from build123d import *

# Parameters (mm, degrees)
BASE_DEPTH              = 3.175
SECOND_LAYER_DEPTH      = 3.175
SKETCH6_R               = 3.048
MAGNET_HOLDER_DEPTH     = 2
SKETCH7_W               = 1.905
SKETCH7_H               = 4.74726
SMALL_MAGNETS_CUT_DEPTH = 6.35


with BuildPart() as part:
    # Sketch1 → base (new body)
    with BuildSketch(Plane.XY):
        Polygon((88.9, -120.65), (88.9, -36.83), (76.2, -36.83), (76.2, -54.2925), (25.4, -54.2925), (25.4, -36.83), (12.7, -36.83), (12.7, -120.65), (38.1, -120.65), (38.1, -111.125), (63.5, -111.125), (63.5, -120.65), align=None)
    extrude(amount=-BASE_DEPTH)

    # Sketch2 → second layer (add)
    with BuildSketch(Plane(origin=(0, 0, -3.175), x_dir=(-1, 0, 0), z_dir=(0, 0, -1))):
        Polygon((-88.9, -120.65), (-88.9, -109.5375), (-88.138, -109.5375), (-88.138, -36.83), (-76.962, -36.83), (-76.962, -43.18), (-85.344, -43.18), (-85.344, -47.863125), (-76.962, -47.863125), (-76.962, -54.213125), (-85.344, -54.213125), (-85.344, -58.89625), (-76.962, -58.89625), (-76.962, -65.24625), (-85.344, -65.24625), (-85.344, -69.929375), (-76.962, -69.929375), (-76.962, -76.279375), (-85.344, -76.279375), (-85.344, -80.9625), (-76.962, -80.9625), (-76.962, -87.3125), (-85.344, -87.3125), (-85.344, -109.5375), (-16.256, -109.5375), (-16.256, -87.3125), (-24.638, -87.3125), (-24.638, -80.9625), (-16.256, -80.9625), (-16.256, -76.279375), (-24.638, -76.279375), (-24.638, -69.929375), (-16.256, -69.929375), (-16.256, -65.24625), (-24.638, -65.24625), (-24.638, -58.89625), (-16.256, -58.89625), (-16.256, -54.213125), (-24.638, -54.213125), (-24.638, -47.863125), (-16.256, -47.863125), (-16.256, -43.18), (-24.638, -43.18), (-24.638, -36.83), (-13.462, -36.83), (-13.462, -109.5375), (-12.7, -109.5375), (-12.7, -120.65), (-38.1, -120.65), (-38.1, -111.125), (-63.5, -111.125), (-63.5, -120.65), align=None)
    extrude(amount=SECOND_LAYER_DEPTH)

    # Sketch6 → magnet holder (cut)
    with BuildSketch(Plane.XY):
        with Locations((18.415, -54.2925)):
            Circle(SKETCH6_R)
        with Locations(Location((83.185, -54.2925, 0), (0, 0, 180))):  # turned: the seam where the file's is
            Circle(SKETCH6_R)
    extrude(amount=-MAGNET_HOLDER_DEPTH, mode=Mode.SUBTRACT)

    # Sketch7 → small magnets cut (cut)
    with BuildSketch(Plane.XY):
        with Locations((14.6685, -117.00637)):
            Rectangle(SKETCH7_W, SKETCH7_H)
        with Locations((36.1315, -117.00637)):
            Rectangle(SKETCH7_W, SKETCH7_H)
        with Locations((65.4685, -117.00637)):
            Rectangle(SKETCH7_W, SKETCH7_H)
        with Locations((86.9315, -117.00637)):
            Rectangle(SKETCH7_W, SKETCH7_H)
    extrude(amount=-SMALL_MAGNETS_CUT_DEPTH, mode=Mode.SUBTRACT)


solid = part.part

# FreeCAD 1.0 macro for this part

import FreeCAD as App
import Part
import Sketcher
from FreeCAD import Vector
Q = App.Units.Quantity


def add_polygon(sketch, points):
    """Adds a closed chain of lines whose ends are joined by coincident constraints."""
    first, n = sketch.GeometryCount, len(points)
    for a, b in zip(points, points[1:] + points[:1]):
        sketch.addGeometry(Part.LineSegment(App.Vector(*a, 0), App.Vector(*b, 0)), False)
    for i in range(n):
        sketch.addConstraint(Sketcher.Constraint("Coincident", first + i, 2, first + (i + 1) % n, 1))

doc = App.newDocument("Part")
body = doc.addObject("PartDesign::Body", "Body")

# Sketch on XY plane
sketch1 = doc.addObject("Sketcher::SketchObject", "Sketch")
body.addObject(sketch1)
sketch1.AttachmentSupport = (doc.XY_Plane, [""])
sketch1.MapMode = "FlatFace"
add_polygon(sketch1, [(89, -121), (89, -37), (76, -37), (76, -54), (25, -54), (25, -37), (13, -37), (13, -121), (38, -121), (38, -111), (64, -111), (64, -121)])  # lines 0-11
sketch1.addConstraint([
    Sketcher.Constraint("Vertical", 0),
    Sketcher.Constraint("Horizontal", 1),
    Sketcher.Constraint("Vertical", 2),
    Sketcher.Constraint("Horizontal", 3),
    Sketcher.Constraint("Vertical", 4),
    Sketcher.Constraint("Horizontal", 5),
    Sketcher.Constraint("Vertical", 6),
    Sketcher.Constraint("Horizontal", 7),
    Sketcher.Constraint("Vertical", 8),
    Sketcher.Constraint("Horizontal", 9),
    Sketcher.Constraint("Vertical", 10),
    Sketcher.Constraint("Horizontal", 11),
    Sketcher.Constraint("Horizontal", 1, 2, 4, 2),
    Sketcher.Constraint("Horizontal", 7, 2, 10, 2),
    Sketcher.Constraint("Equal", 1, 5),
    Sketcher.Constraint("Equal", 7, 9),
    Sketcher.Constraint("Equal", 9, 11),
    Sketcher.Constraint("DistanceX", 3, 2, 3, 1, Q("2 in")),
    Sketcher.Constraint("DistanceX", 7, 1, 7, 2, Q("1 in")),
    Sketcher.Constraint("DistanceY", 0, 1, 0, 2, Q("3.3 in")),
    Sketcher.Constraint("DistanceX", -1, 1, 1, 2, Q("3 in")),
    Sketcher.Constraint("DistanceY", 2, 2, 2, 1, Q("0.6875 in")),
    Sketcher.Constraint("DistanceY", 8, 1, 8, 2, Q("0.375 in")),
    Sketcher.Constraint("DistanceY", 0, 2, -1, 1, Q("1.45 in")),
])
pad1 = doc.addObject("PartDesign::Pad", "Pad")
body.addObject(pad1)
pad1.Profile = sketch1
pad1.Length = Q("0.125 in")
pad1.Reversed = True

# Sketch on XY plane
sketch2 = doc.addObject("Sketcher::SketchObject", "Sketch001")
body.addObject(sketch2)
sketch2.AttachmentSupport = (doc.XY_Plane, [""])
sketch2.MapMode = "FlatFace"
sketch2.AttachmentOffset = App.Placement(Vector(0, 0, -0.125 * 25.4), App.Rotation())
add_polygon(sketch2, [(88.9, -109.5), (88.9, -120.7), (63.5, -120.7), (63.5, -111.1), (38.1, -111.1), (38.1, -120.7), (12.7, -120.7), (12.7, -109.5), (13.5, -109.5), (13.5, -36.8), (24.6, -36.8), (24.6, -43.2), (16.3, -43.2), (16.3, -47.9), (24.6, -47.9), (24.6, -54.2), (16.3, -54.2), (16.3, -58.9), (24.6, -58.9), (24.6, -65.2), (16.3, -65.2), (16.3, -69.9), (24.6, -69.9), (24.6, -76.3), (16.3, -76.3), (16.3, -81), (24.6, -81), (24.6, -87.3), (16.3, -87.3), (16.3, -109.5), (85.3, -109.5), (85.3, -87.3), (77, -87.3), (77, -81), (85.3, -81), (85.3, -76.3), (77, -76.3), (77, -69.9), (85.3, -69.9), (85.3, -65.2), (77, -65.2), (77, -58.9), (85.3, -58.9), (85.3, -54.2), (77, -54.2), (77, -47.9), (85.3, -47.9), (85.3, -43.2), (77, -43.2), (77, -36.8), (88.1, -36.8), (88.1, -109.5)])  # lines 0-51
sketch2.addConstraint([
    Sketcher.Constraint("Vertical", 0),
    Sketcher.Constraint("Horizontal", 1),
    Sketcher.Constraint("Vertical", 2),
    Sketcher.Constraint("Horizontal", 3),
    Sketcher.Constraint("Vertical", 4),
    Sketcher.Constraint("Horizontal", 5),
    Sketcher.Constraint("Vertical", 6),
    Sketcher.Constraint("Horizontal", 7),
    Sketcher.Constraint("Vertical", 8),
    Sketcher.Constraint("Horizontal", 9),
    Sketcher.Constraint("Vertical", 10),
    Sketcher.Constraint("Horizontal", 11),
    Sketcher.Constraint("Vertical", 12),
    Sketcher.Constraint("Horizontal", 13),
    Sketcher.Constraint("Vertical", 14),
    Sketcher.Constraint("Horizontal", 15),
    Sketcher.Constraint("Vertical", 16),
    Sketcher.Constraint("Horizontal", 17),
    Sketcher.Constraint("Vertical", 18),
    Sketcher.Constraint("Horizontal", 19),
    Sketcher.Constraint("Vertical", 20),
    Sketcher.Constraint("Horizontal", 21),
    Sketcher.Constraint("Vertical", 22),
    Sketcher.Constraint("Horizontal", 23),
    Sketcher.Constraint("Vertical", 24),
    Sketcher.Constraint("Horizontal", 25),
    Sketcher.Constraint("Vertical", 26),
    Sketcher.Constraint("Horizontal", 27),
    Sketcher.Constraint("Vertical", 28),
    Sketcher.Constraint("Horizontal", 29),
    Sketcher.Constraint("Vertical", 30),
    Sketcher.Constraint("Horizontal", 31),
    Sketcher.Constraint("Vertical", 32),
    Sketcher.Constraint("Horizontal", 33),
    Sketcher.Constraint("Vertical", 34),
    Sketcher.Constraint("Horizontal", 35),
    Sketcher.Constraint("Vertical", 36),
    Sketcher.Constraint("Horizontal", 37),
    Sketcher.Constraint("Vertical", 38),
    Sketcher.Constraint("Horizontal", 39),
    Sketcher.Constraint("Vertical", 40),
    Sketcher.Constraint("Horizontal", 41),
    Sketcher.Constraint("Vertical", 42),
    Sketcher.Constraint("Horizontal", 43),
    Sketcher.Constraint("Vertical", 44),
    Sketcher.Constraint("Horizontal", 45),
    Sketcher.Constraint("Vertical", 46),
    Sketcher.Constraint("Horizontal", 47),
    Sketcher.Constraint("Vertical", 48),
    Sketcher.Constraint("Horizontal", 49),
    Sketcher.Constraint("Vertical", 50),
    Sketcher.Constraint("Horizontal", 51),
    Sketcher.Constraint("Horizontal", 1, 2, 4, 2),
    Sketcher.Constraint("Horizontal", 7, 2, 28, 2),
    Sketcher.Constraint("Horizontal", 27, 2, 30, 2),
    Sketcher.Constraint("Horizontal", 25, 2, 32, 2),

• [Task to complete]
Repeat exactly the lines of the listing above, from the one with "SMALL_MAGNETS_CUT_DEPTH = 6.35" down to the one with "# Sketch2 → second layer (add)"; both of those lines belong in the range.

• [Exercise answer]
SMALL_MAGNETS_CUT_DEPTH = 6.35


with BuildPart() as part:
    # Sketch1 → base (new body)
    with BuildSketch(Plane.XY):
        Polygon((88.9, -120.65), (88.9, -36.83), (76.2, -36.83), (76.2, -54.2925), (25.4, -54.2925), (25.4, -36.83), (12.7, -36.83), (12.7, -120.65), (38.1, -120.65), (38.1, -111.125), (63.5, -111.125), (63.5, -120.65), align=None)
    extrude(amount=-BASE_DEPTH)

    # Sketch2 → second layer (add)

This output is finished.